» **Activity**:
In the material below, find the line containing "v19 (247.65,247.65,-571.5)" and the line containing "e38 v27 v26 LINE", then reproduce exactly both of them and every line between, and nothing else.

» **Dataset content**:
# # #

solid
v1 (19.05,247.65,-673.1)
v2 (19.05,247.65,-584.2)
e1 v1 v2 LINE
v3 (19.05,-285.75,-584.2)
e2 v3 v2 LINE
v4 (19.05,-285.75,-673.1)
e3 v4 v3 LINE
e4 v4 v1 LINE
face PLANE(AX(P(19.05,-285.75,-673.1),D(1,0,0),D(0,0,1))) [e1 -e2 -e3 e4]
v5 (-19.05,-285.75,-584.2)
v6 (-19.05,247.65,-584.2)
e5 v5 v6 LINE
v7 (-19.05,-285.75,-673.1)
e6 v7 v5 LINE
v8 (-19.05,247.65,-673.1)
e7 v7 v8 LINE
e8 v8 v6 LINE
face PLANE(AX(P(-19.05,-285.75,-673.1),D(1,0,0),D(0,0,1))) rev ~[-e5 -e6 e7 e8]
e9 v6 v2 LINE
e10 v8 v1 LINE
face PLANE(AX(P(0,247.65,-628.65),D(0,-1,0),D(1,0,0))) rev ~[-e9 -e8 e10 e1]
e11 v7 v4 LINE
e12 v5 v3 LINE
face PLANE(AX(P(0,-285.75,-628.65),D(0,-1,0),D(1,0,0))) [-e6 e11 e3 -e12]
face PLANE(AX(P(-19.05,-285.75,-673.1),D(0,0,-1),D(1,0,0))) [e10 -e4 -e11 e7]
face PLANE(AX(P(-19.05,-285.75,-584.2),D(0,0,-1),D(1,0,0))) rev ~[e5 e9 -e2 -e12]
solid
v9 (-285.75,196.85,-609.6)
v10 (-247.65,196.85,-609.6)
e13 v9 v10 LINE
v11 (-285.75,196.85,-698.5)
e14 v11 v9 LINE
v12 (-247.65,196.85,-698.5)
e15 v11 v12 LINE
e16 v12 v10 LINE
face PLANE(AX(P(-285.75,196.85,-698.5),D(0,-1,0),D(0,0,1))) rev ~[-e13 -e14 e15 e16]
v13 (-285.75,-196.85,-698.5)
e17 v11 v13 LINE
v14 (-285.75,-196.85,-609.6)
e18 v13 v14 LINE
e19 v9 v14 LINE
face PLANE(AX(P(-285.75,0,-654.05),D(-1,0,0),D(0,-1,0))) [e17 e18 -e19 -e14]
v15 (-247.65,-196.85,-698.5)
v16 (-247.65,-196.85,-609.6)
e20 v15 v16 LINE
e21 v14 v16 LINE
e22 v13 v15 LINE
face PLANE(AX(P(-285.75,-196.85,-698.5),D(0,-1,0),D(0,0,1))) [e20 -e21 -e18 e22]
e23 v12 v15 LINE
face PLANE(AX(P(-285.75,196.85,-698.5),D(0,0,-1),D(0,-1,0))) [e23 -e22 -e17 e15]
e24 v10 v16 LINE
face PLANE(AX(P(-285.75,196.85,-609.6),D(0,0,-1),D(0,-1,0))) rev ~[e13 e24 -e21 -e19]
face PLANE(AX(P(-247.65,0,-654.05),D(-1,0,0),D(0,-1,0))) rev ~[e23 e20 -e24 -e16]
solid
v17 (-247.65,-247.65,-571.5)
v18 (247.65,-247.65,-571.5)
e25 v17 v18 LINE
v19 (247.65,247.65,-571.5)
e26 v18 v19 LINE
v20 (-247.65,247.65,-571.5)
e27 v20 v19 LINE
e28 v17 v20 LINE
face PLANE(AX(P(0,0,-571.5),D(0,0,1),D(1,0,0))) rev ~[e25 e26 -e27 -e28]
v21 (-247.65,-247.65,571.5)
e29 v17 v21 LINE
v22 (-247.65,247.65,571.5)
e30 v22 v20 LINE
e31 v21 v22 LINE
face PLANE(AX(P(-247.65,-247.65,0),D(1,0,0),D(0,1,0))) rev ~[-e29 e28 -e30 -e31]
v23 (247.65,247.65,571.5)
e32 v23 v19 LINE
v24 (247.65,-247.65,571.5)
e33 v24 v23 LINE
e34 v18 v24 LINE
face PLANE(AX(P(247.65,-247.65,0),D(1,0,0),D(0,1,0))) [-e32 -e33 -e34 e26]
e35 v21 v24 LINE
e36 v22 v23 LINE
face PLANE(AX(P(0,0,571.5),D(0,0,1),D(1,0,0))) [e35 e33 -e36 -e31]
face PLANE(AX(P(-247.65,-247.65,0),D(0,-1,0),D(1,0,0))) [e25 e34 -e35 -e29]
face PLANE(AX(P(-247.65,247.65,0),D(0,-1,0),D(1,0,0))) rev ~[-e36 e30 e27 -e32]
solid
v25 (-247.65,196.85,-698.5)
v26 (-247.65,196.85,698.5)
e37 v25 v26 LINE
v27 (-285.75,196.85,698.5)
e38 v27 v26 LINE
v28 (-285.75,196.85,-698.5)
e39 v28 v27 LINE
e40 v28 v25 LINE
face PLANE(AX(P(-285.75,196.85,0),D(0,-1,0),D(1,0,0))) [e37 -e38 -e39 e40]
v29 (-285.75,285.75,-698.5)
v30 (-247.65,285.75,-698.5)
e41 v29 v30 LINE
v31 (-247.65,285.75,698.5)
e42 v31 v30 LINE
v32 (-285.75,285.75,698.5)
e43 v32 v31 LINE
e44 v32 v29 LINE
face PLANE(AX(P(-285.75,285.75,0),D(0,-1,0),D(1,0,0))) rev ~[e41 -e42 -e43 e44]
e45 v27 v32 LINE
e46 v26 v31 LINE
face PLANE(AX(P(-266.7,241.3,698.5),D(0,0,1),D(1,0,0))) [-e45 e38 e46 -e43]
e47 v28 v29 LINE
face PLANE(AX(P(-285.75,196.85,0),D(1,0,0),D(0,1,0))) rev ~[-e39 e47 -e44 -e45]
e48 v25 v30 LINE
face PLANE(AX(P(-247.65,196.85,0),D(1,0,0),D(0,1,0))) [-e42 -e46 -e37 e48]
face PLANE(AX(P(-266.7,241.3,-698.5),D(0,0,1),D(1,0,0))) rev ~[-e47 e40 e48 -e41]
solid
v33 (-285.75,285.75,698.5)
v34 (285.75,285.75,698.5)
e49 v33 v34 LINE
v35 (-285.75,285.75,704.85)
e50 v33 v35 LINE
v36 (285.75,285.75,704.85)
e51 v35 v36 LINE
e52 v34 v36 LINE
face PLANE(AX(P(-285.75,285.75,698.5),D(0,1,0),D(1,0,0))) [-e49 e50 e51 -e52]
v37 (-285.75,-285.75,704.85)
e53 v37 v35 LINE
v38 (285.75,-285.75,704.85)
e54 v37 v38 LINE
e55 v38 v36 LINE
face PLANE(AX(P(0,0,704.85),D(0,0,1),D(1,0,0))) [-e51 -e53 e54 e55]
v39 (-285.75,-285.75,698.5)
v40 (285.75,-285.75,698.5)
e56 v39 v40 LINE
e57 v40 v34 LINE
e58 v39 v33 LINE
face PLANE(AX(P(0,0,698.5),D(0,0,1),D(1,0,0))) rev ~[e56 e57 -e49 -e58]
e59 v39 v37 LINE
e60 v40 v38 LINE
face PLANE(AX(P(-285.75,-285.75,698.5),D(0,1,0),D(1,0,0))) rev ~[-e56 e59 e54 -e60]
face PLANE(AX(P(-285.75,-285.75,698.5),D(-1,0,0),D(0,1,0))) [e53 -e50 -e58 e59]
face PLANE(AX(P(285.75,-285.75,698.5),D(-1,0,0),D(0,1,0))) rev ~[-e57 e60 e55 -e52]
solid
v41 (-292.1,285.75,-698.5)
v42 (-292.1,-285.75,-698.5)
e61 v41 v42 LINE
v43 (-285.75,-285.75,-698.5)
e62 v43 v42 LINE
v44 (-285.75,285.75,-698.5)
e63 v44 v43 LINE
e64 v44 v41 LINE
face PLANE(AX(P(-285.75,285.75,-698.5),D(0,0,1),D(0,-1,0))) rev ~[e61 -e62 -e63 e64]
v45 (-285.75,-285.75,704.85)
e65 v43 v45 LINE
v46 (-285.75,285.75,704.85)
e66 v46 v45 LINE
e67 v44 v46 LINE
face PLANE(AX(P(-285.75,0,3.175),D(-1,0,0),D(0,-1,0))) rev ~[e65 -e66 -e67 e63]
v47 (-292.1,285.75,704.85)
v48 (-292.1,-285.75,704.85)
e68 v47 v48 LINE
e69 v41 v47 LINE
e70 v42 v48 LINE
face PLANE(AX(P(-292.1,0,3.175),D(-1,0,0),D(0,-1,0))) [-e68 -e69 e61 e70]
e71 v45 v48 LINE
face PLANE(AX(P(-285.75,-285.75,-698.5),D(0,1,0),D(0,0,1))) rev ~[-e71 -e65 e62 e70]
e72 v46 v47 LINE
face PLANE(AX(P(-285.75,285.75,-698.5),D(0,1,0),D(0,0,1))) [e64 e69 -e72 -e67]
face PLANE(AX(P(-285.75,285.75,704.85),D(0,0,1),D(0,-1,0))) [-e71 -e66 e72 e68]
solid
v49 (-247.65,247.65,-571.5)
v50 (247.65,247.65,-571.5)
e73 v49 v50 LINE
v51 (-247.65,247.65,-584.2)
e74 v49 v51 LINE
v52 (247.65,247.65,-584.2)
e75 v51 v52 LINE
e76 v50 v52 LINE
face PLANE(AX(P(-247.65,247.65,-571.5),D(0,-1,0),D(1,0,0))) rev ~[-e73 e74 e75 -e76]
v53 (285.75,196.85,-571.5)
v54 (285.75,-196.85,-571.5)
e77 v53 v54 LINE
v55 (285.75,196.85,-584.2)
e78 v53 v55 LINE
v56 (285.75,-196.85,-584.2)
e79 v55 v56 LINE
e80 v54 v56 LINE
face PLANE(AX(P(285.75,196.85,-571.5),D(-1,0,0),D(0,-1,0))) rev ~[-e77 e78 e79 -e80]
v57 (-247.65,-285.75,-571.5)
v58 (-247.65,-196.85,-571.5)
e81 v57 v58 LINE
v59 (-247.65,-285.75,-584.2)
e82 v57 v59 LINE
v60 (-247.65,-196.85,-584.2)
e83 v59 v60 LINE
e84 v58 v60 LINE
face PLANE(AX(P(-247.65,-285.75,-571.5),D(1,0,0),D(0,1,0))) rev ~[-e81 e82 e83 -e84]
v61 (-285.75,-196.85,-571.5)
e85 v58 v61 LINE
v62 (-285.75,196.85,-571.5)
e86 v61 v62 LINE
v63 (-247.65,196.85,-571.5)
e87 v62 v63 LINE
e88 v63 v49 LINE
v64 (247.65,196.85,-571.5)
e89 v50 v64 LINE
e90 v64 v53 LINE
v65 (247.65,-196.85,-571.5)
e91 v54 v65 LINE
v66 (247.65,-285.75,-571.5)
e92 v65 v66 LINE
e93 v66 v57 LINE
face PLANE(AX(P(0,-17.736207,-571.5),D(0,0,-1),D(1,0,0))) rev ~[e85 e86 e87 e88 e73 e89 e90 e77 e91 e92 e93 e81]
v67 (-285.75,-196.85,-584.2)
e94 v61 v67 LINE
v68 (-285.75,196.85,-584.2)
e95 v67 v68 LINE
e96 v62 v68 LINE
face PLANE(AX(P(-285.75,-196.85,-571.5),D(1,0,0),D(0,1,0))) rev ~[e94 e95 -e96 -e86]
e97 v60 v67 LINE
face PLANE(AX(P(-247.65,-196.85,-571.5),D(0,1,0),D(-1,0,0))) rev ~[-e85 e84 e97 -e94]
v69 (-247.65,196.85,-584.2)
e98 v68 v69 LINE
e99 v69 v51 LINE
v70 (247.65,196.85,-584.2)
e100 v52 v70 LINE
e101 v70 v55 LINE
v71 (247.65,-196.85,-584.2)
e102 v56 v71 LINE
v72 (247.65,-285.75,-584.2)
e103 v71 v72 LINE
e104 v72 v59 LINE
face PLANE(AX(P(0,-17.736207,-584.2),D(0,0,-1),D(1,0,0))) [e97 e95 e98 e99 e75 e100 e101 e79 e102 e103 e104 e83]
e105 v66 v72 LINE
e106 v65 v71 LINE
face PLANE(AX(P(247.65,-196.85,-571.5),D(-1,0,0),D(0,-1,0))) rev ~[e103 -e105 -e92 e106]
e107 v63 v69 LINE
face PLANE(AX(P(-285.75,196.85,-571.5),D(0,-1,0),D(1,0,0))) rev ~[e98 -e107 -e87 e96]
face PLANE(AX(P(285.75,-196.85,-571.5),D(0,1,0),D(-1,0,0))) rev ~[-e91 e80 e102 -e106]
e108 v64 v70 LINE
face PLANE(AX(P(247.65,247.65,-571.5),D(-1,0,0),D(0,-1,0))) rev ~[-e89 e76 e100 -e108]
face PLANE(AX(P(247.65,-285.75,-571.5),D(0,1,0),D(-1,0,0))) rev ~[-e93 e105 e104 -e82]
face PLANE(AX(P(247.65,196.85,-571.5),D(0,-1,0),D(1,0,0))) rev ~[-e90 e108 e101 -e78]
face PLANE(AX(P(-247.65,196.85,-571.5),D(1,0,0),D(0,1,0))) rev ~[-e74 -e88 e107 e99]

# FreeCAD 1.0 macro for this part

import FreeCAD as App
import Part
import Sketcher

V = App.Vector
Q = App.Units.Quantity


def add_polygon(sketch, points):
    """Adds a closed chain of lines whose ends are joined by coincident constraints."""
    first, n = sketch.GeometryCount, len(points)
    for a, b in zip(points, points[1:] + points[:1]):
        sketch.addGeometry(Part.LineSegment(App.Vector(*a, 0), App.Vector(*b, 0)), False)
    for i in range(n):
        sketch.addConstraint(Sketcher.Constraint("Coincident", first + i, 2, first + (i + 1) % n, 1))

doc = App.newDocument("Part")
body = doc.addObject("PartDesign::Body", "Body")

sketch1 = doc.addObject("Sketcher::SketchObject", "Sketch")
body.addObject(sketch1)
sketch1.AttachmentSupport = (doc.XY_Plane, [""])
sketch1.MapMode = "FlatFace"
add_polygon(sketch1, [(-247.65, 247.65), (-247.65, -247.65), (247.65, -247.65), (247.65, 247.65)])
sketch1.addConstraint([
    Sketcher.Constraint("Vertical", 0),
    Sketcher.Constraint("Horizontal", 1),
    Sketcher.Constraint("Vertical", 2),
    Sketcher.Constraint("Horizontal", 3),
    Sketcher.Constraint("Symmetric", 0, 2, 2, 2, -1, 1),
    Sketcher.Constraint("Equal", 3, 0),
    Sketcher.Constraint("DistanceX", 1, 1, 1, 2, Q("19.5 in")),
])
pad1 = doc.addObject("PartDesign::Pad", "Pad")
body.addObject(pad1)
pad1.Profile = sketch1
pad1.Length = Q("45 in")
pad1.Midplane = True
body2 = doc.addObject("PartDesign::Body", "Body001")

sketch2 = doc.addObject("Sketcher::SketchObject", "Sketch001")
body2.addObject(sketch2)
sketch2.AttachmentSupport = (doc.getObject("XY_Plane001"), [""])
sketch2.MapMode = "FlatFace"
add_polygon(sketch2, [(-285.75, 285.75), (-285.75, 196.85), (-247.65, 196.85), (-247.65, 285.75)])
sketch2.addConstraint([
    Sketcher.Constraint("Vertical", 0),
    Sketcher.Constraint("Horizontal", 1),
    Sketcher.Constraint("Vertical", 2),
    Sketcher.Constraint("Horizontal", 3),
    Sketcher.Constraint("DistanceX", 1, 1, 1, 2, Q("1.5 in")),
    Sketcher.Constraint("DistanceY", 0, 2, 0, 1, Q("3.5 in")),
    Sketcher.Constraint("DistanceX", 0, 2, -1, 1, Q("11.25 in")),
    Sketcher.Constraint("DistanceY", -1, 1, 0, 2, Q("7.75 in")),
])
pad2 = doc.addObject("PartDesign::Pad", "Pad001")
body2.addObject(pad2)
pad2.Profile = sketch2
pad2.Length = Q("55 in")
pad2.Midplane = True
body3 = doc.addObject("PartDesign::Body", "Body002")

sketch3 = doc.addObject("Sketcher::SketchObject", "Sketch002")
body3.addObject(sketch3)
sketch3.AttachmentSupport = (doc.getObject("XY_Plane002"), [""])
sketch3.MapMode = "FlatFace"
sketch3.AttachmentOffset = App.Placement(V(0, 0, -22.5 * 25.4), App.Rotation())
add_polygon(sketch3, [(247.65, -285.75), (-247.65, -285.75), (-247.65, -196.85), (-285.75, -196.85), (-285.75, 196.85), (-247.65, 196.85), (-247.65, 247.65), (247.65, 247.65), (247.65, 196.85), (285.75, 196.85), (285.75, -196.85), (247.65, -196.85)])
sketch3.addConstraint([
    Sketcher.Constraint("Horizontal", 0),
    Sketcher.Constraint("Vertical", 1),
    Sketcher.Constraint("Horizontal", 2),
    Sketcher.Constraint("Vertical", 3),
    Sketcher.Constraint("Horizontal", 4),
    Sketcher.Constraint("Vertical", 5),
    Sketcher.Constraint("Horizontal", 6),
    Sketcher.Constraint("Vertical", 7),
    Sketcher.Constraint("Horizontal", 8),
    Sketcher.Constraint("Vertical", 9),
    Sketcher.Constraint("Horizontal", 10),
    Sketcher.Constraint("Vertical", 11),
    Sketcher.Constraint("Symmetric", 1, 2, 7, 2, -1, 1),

# # #

» **Task output**:
v19 (247.65,247.65,-571.5)
e26 v18 v19 LINE
v20 (-247.65,247.65,-571.5)
e27 v20 v19 LINE
e28 v17 v20 LINE
face PLANE(AX(P(0,0,-571.5),D(0,0,1),D(1,0,0))) rev ~[e25 e26 -e27 -e28]
v21 (-247.65,-247.65,571.5)
e29 v17 v21 LINE
v22 (-247.65,247.65,571.5)
e30 v22 v20 LINE
e31 v21 v22 LINE
face PLANE(AX(P(-247.65,-247.65,0),D(1,0,0),D(0,1,0))) rev ~[-e29 e28 -e30 -e31]
v23 (247.65,247.65,571.5)
e32 v23 v19 LINE
v24 (247.65,-247.65,571.5)
e33 v24 v23 LINE
e34 v18 v24 LINE
face PLANE(AX(P(247.65,-247.65,0),D(1,0,0),D(0,1,0))) [-e32 -e33 -e34 e26]
e35 v21 v24 LINE
e36 v22 v23 LINE
face PLANE(AX(P(0,0,571.5),D(0,0,1),D(1,0,0))) [e35 e33 -e36 -e31]
face PLANE(AX(P(-247.65,-247.65,0),D(0,-1,0),D(1,0,0))) [e25 e34 -e35 -e29]
face PLANE(AX(P(-247.65,247.65,0),D(0,-1,0),D(1,0,0))) rev ~[-e36 e30 e27 -e32]
solid
v25 (-247.65,196.85,-698.5)
v26 (-247.65,196.85,698.5)
e37 v25 v26 LINE
v27 (-285.75,196.85,698.5)
e38 v27 v26 LINE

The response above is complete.